Saya tidak tahu bagaimana menghadapi minat anak -anak saya dalam olahraga
Suamiku, mantan pemain sepak bola perguruan tinggi, juga sangat percaya pada nilai olahraga untuk anak -anak kita. Sekarang, usia 2 hingga 10 tahun, mereka tertarik pada kompetisi, persahabatan yang dibangun di lapangan olahraga, dan dorongan pribadi yang diperlukan untuk meningkat di sebuah olahraga.
Saya menghadapi keputusan yang sulit ketika anak-anak saya meminta setiap tahun untuk mendaftar ulang dalam olahraga seperti sepak bola, lacrosse, baseball, dan bola basket-beberapa lebih berisiko daripada yang lain. Namun, saya tidak memilikinya dalam diri saya untuk memberi tahu mereka bahwa mereka tidak dapat mengejar olahraga yang mereka sukai.
Saya berniat untuk tidak menempatkan masa kecil saya sendiri dan trauma medis pada mereka, karena tampaknya sama buruknya dengan orang tua sampingan yang hidup secara perwakilan melalui kemuliaan olahraga anak -anak mereka. Itu membuat saya di suatu tempat di tengah: seorang penonton yang khawatir, berdoa mereka tidak melukai diri sendiri seumur hidup, tetapi neraka bertekad untuk tidak menahan mereka.
Jika mereka terluka, saya bertanya -tanya bagaimana saya akan menghadapinya. Apakah saya dapat memberi tahu mereka tidak untuk kembali ke olahraga jika mereka mengalami cedera yang lebih serius? Atau apakah saya sudah belajar beberapa pelajaran terbesar dalam hidup saya dari bekerja kembali setelah kekalahan dan kemunduran? Apakah ada cara lain bagi mereka untuk mempelajari hal -hal ini tanpa merusak tubuh mereka?
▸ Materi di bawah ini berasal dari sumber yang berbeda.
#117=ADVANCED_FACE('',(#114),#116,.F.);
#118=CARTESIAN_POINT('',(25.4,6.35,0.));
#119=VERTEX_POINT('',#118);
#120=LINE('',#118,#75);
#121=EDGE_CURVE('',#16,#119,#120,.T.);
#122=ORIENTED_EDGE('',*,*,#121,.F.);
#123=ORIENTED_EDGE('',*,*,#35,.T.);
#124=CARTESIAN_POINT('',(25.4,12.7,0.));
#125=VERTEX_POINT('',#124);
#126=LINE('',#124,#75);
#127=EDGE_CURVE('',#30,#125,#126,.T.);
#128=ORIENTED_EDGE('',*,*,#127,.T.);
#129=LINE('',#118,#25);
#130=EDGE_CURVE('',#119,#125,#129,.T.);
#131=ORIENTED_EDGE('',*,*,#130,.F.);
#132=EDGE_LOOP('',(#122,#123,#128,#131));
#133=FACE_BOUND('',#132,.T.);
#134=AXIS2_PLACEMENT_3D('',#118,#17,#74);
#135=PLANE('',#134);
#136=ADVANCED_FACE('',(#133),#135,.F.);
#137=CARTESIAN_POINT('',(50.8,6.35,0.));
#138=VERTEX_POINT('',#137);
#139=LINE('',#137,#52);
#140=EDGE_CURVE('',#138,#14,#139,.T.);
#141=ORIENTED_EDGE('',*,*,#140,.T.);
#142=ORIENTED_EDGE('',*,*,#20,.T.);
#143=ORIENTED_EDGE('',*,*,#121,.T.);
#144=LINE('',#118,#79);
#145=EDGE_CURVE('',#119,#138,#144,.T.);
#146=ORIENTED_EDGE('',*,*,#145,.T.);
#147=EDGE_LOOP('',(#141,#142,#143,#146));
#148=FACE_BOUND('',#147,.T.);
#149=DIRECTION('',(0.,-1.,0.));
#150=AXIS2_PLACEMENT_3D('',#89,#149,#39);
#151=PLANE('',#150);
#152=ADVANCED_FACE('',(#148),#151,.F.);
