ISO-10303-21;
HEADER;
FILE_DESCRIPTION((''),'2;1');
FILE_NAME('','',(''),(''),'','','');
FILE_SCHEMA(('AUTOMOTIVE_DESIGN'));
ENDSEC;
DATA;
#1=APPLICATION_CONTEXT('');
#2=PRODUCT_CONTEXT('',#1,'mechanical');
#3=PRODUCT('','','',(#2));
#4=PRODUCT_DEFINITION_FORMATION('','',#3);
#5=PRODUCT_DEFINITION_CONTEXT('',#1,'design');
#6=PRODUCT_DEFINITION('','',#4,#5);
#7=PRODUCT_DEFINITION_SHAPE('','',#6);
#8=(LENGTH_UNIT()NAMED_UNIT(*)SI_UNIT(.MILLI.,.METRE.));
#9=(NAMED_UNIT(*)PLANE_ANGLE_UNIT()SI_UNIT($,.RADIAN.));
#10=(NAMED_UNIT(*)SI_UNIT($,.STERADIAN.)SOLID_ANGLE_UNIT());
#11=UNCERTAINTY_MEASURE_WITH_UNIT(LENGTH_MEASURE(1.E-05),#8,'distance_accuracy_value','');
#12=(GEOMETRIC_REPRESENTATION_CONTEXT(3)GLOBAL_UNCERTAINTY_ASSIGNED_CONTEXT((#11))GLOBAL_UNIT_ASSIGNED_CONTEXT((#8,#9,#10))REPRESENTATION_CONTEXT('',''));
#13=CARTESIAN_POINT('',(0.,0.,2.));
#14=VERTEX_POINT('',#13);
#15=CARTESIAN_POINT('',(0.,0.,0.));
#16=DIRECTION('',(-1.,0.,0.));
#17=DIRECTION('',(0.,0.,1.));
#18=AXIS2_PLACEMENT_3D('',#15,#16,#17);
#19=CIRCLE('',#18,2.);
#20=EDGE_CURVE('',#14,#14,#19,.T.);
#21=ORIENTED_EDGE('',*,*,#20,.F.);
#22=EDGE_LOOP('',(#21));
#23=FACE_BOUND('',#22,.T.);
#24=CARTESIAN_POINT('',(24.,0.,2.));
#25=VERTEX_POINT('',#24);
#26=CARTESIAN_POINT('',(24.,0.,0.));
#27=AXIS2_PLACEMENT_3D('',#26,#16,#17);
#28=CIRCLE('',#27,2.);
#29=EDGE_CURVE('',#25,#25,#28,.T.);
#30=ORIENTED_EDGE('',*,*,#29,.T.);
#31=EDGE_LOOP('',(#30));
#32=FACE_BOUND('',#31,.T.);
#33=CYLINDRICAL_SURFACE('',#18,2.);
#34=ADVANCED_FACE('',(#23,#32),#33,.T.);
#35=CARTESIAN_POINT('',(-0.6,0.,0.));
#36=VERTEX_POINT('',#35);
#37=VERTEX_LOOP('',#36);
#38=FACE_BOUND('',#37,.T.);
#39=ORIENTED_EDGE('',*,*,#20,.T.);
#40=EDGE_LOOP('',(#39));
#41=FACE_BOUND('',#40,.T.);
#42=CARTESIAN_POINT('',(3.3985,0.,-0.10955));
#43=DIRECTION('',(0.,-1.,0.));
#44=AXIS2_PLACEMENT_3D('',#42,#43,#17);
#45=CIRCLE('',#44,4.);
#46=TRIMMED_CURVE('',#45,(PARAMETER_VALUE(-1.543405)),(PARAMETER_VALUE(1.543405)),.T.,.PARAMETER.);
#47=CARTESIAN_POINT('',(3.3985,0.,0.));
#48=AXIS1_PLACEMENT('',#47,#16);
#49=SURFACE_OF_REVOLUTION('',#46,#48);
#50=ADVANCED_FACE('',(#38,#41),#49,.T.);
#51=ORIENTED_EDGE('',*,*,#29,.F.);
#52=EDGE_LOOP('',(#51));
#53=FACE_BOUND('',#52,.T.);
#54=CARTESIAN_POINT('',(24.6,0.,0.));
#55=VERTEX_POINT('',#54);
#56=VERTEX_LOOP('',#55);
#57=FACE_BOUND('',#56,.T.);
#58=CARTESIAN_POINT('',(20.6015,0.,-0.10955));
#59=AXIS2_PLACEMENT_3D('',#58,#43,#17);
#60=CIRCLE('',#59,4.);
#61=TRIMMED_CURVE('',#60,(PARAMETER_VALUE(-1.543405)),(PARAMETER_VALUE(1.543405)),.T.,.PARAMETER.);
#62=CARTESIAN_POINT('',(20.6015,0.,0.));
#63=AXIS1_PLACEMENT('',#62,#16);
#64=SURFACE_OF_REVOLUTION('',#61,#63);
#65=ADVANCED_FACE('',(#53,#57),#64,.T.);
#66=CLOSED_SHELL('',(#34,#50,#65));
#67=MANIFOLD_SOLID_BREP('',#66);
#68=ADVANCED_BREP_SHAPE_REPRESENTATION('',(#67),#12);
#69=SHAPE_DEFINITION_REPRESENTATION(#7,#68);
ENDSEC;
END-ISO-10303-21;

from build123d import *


with BuildPart() as part:
    # Эскиз1 → Повернуть2 (revolve)
    with BuildSketch(Plane.XY):
        with BuildLine():
            Line((0, 2), (24, 2))
            ThreePointArc((24, 2), (24.432805569, 1.039841671), (24.6, 0))
            Line((24.6, 0), (-0.6, 0))
            ThreePointArc((-0.6, 0), (-0.432805569, 1.039841671), (0, 2))
        make_face()
    revolve(axis=Axis((0, 0, 0), (1, 0, 0)))


solid = part.part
Saya mengajari mereka untuk mendengarkan tubuh mereka sebagai gantinya
Untuk saat ini, saya fokus pada vokalisasi kepada mereka bagaimana hidup saya telah dipengaruhi oleh tidak tahu kapan harus berhenti dan menunjukkan kepada mereka bagaimana saya lebih baik dalam hal itu sekarang.
“Oh, lutut saya semakin sakit, jadi saya pikir saya akan memotong jalan ini agak pendek,” saya memberi tahu mereka. Saya juga berbagi cerita dari masa kecil saya yang cedera dan ketika saya seharusnya mendengarkan lebih baik di tubuh saya, tetapi tidak.
Ketika seorang pelatih memberi tahu mereka setelah jatuh untuk “mengguncangnya” atau “melompat kembali,” saya mencoba mengajar mereka sebagai gantinya untuk mengambil waktu sebentar untuk check -in dengan diri mereka sendiri. Saya mengajar mereka untuk bertanya pada diri sendiri: apakah saya merasa cukup baik untuk kembali? Apakah saya terguncang atau benar -benar terluka?
Pada akhirnya, saya tahu bahwa jika mereka dapat bertanya pada diri sendiri, “Apa yang terbaik untuk pikiran dan tubuh saya,” di depan segala sesuatu yang lain, mereka akan baik -baik saja terlepas dari apa yang akan terjadi di masa depan mereka.